◆ **HOW TO COMPLETE THIS TASK**:
What is needed is every line of the data that includes the word "extrude". Please copy each one.

◆ **Source data**:
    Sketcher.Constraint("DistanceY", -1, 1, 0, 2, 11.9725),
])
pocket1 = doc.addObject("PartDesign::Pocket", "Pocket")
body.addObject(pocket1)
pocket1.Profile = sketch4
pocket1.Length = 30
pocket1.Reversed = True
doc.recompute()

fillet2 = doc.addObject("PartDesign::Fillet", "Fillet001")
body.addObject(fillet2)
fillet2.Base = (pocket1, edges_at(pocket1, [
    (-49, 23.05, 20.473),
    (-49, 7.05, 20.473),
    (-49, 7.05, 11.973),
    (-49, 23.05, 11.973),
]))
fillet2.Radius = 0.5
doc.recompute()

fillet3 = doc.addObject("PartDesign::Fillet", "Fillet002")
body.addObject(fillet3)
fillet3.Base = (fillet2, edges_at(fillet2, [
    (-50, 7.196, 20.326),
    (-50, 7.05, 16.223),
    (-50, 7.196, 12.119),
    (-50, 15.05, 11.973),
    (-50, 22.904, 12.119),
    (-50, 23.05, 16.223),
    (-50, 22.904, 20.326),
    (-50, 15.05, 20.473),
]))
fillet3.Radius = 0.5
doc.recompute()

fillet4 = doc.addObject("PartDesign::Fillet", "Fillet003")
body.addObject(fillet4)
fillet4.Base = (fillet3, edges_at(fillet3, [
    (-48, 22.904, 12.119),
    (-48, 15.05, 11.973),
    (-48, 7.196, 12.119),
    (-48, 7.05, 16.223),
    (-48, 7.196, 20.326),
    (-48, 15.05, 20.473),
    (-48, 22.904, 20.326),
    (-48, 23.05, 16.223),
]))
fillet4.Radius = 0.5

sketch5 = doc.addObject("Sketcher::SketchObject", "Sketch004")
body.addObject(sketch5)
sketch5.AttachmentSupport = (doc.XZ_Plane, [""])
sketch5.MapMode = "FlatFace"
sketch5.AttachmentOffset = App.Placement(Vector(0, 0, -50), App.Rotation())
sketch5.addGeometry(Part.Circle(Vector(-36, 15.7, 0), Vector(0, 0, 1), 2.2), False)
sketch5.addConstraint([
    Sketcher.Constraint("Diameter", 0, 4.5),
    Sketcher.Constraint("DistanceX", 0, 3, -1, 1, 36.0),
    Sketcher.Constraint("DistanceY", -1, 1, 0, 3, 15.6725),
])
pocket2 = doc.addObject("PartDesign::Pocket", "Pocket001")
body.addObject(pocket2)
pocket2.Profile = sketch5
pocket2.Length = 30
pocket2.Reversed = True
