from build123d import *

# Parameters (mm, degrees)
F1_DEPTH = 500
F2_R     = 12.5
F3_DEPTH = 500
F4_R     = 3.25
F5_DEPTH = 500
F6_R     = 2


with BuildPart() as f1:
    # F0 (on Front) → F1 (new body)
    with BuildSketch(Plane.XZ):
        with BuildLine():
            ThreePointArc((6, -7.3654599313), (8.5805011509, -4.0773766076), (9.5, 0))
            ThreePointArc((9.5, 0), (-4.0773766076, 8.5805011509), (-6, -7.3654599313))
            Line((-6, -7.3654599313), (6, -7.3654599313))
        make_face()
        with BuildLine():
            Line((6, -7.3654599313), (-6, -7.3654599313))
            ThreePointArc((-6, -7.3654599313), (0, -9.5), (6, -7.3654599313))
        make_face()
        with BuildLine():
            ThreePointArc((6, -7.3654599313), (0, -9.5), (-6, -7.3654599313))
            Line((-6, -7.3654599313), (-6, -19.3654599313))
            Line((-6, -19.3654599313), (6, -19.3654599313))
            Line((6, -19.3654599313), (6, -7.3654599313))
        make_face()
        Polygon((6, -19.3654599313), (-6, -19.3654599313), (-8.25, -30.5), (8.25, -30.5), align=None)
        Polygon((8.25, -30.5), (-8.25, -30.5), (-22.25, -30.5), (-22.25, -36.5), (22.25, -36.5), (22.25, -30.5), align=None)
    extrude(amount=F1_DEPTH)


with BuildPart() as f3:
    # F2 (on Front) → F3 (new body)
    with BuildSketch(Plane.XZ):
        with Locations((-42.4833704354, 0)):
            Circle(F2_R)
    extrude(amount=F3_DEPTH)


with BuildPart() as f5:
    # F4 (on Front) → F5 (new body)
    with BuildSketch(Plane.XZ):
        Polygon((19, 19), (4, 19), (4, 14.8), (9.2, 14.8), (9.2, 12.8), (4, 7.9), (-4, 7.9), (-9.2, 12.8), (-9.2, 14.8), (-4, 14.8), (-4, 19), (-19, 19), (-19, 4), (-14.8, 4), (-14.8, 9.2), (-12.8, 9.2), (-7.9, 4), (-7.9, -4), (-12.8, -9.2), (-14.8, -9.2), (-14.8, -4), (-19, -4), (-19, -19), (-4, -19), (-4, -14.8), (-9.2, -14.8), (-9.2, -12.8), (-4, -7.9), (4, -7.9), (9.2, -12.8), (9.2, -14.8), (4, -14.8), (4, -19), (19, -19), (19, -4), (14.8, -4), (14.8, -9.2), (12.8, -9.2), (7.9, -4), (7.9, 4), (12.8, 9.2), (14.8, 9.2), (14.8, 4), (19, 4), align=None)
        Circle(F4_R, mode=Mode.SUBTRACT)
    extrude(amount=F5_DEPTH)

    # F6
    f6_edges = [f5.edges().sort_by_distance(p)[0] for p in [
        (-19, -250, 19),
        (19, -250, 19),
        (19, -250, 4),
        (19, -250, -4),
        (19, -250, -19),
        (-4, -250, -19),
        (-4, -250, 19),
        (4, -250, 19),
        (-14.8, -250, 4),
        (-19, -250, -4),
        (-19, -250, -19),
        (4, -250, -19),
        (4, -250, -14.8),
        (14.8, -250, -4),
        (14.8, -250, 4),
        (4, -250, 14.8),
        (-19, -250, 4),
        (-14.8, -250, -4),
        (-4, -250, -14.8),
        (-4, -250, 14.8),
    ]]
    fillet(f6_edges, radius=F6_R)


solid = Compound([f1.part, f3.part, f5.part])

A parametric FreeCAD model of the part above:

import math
import FreeCAD as App
import Part
import Sketcher
from FreeCAD import Vector
Q = App.Units.Quantity


def edges_at(feature, points):
    """Names of the edges that pass closest to the given points."""
    edges = feature.Shape.Edges
    near = lambda p: min(range(len(edges)), key=lambda i: edges[i].distToShape(Part.Vertex(*p))[0])
    return sorted({f"Edge{near(p) + 1}" for p in points})

doc = App.newDocument("Part")
params = doc.addObject("Spreadsheet::Sheet", "Params")
for row, (alias, value) in enumerate([
    ("sketch1_radius", "9.5 mm"),
    ("sketch1_width", "14 mm"),
    ("sketch1_height", "12 mm"),
    ("sketch1_height2", "6 mm"),
    ("sketch1_width2", "44.5 mm"),
    ("pad1_length", "500 mm"),
    ("sketch2_diameter", "25 mm"),
    ("pad2_length", "500 mm"),
    ("sketch3_diameter", "6.5 mm"),
    ("sketch3_width", "15 mm"),
    ("sketch3_width2", "8 mm"),
    ("sketch3_width3", "2 mm"),
    ("sketch3_width4", "5.2 mm"),
    ("pad3_length", "500 mm"),
    ("fillet_radius", "2 mm"),
], start=1):
    params.set(f"A{row}", alias)
    params.set(f"B{row}", "=" + value)
    params.setAlias(f"B{row}", alias)

body = doc.addObject("PartDesign::Body", "Body")

# Sketch on XZ plane
sketch1 = body.newObject("Sketcher::SketchObject", "Sketch")
sketch1.AttachmentSupport = (doc.getObject("XZ_Plane"), [""])
sketch1.MapMode = "FlatFace"
sketch1.addGeometry(Part.ArcOfCircle(Part.Circle(Vector(0, 0, 0), Vector(0, 0, 1), 9), math.radians(-51), math.radians(0)), False)
sketch1.addGeometry(Part.ArcOfCircle(Part.Circle(Vector(0, 0, 0), Vector(0, 0, 1), 10), math.radians(0), math.radians(231)), False)
sketch1.addGeometry(Part.LineSegment(Vector(-6, -7, 0), Vector(-6, -19, 0)), False)
sketch1.addGeometry(Part.LineSegment(Vector(-6, -19, 0), Vector(-8, -30, 0)), False)
sketch1.addGeometry(Part.LineSegment(Vector(-8, -30, 0), Vector(-22, -30, 0)), False)
sketch1.addGeometry(Part.LineSegment(Vector(-22, -30, 0), Vector(-22, -36, 0)), False)
sketch1.addGeometry(Part.LineSegment(Vector(-22, -36, 0), Vector(22, -36, 0)), False)
sketch1.addGeometry(Part.LineSegment(Vector(22, -36, 0), Vector(22, -30, 0)), False)
sketch1.addGeometry(Part.LineSegment(Vector(22, -30, 0), Vector(8, -30, 0)), False)
sketch1.addGeometry(Part.LineSegment(Vector(8, -30, 0), Vector(6, -19, 0)), False)
sketch1.addGeometry(Part.LineSegment(Vector(6, -19, 0), Vector(6, -7, 0)), False)
sketch1.addConstraint(Sketcher.Constraint("Tangent", 0, 2, 1, 1))
sketch1.addConstraint(Sketcher.Constraint("Coincident", 1, 2, 2, 1))
sketch1.addConstraint(Sketcher.Constraint("Coincident", 2, 2, 3, 1))
sketch1.addConstraint(Sketcher.Constraint("Coincident", 3, 2, 4, 1))
sketch1.addConstraint(Sketcher.Constraint("Coincident", 4, 2, 5, 1))
sketch1.addConstraint(Sketcher.Constraint("Coincident", 5, 2, 6, 1))
sketch1.addConstraint(Sketcher.Constraint("Coincident", 6, 2, 7, 1))
sketch1.addConstraint(Sketcher.Constraint("Coincident", 7, 2, 8, 1))
sketch1.addConstraint(Sketcher.Constraint("Coincident", 8, 2, 9, 1))
sketch1.addConstraint(Sketcher.Constraint("Coincident", 9, 2, 10, 1))
sketch1.addConstraint(Sketcher.Constraint("Coincident", 10, 2, 0, 1))
sketch1.addConstraint(Sketcher.Constraint("Vertical", 2))
sketch1.addConstraint(Sketcher.Constraint("Horizontal", 4))
sketch1.addConstraint(Sketcher.Constraint("Vertical", 5))
sketch1.addConstraint(Sketcher.Constraint("Horizontal", 6))
sketch1.addConstraint(Sketcher.Constraint("Vertical", 7))
sketch1.addConstraint(Sketcher.Constraint("Horizontal", 8))
sketch1.addConstraint(Sketcher.Constraint("Vertical", 10))
sketch1.addConstraint(Sketcher.Constraint("Coincident", 0, 3, -1, 1))
sketch1.addConstraint(Sketcher.Constraint("Equal", 0, 1))
sketch1.addConstraint(Sketcher.Constraint("Symmetric", 4, 2, 7, 2, -2))
sketch1.addConstraint(Sketcher.Constraint("Symmetric", 2, 2, 9, 2, -2))
sketch1.addConstraint(Sketcher.Constraint("PointOnObject", 0, 2, -1))
sketch1.addConstraint(Sketcher.Constraint("Equal", 4, 8))
sketch1.addConstraint(Sketcher.Constraint("Radius", 0, Q("9.5 mm")))
sketch1.addConstraint(Sketcher.Constraint("DistanceX", 4, 2, 4, 1, Q("14 mm")))
sketch1.addConstraint(Sketcher.Constraint("DistanceY", 2, 2, 2, 1, Q("12 mm")))
sketch1.addConstraint(Sketcher.Constraint("DistanceY", 5, 2, 5, 1, Q("6 mm")))
sketch1.addConstraint(Sketcher.Constraint("DistanceX", 6, 1, 6, 2, Q("44.5 mm")))
sketch1.addConstraint(Sketcher.Constraint("DistanceX", 1, 2, -1, 1, Q("6 mm")))
sketch1.addConstraint(Sketcher.Constraint("DistanceY", 3, 2, -1, 1, Q("30.5 mm")))
sketch1.setExpression("Constraints[24]", "Params.sketch1_radius")
sketch1.setExpression("Constraints[25]", "Params.sketch1_width")
sketch1.setExpression("Constraints[26]", "Params.sketch1_height")
sketch1.setExpression("Constraints[27]", "Params.sketch1_height2")
sketch1.setExpression("Constraints[28]", "Params.sketch1_width2")
pad1 = body.newObject("PartDesign::Pad", "Pad")
pad1.Profile = sketch1
pad1.setExpression("Length", "Params.pad1_length")
body2 = doc.addObject("PartDesign::Body", "Body001")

◆ **YOUR RESPONSE**:
    extrude(amount=F1_DEPTH)
    extrude(amount=F3_DEPTH)
    extrude(amount=F5_DEPTH)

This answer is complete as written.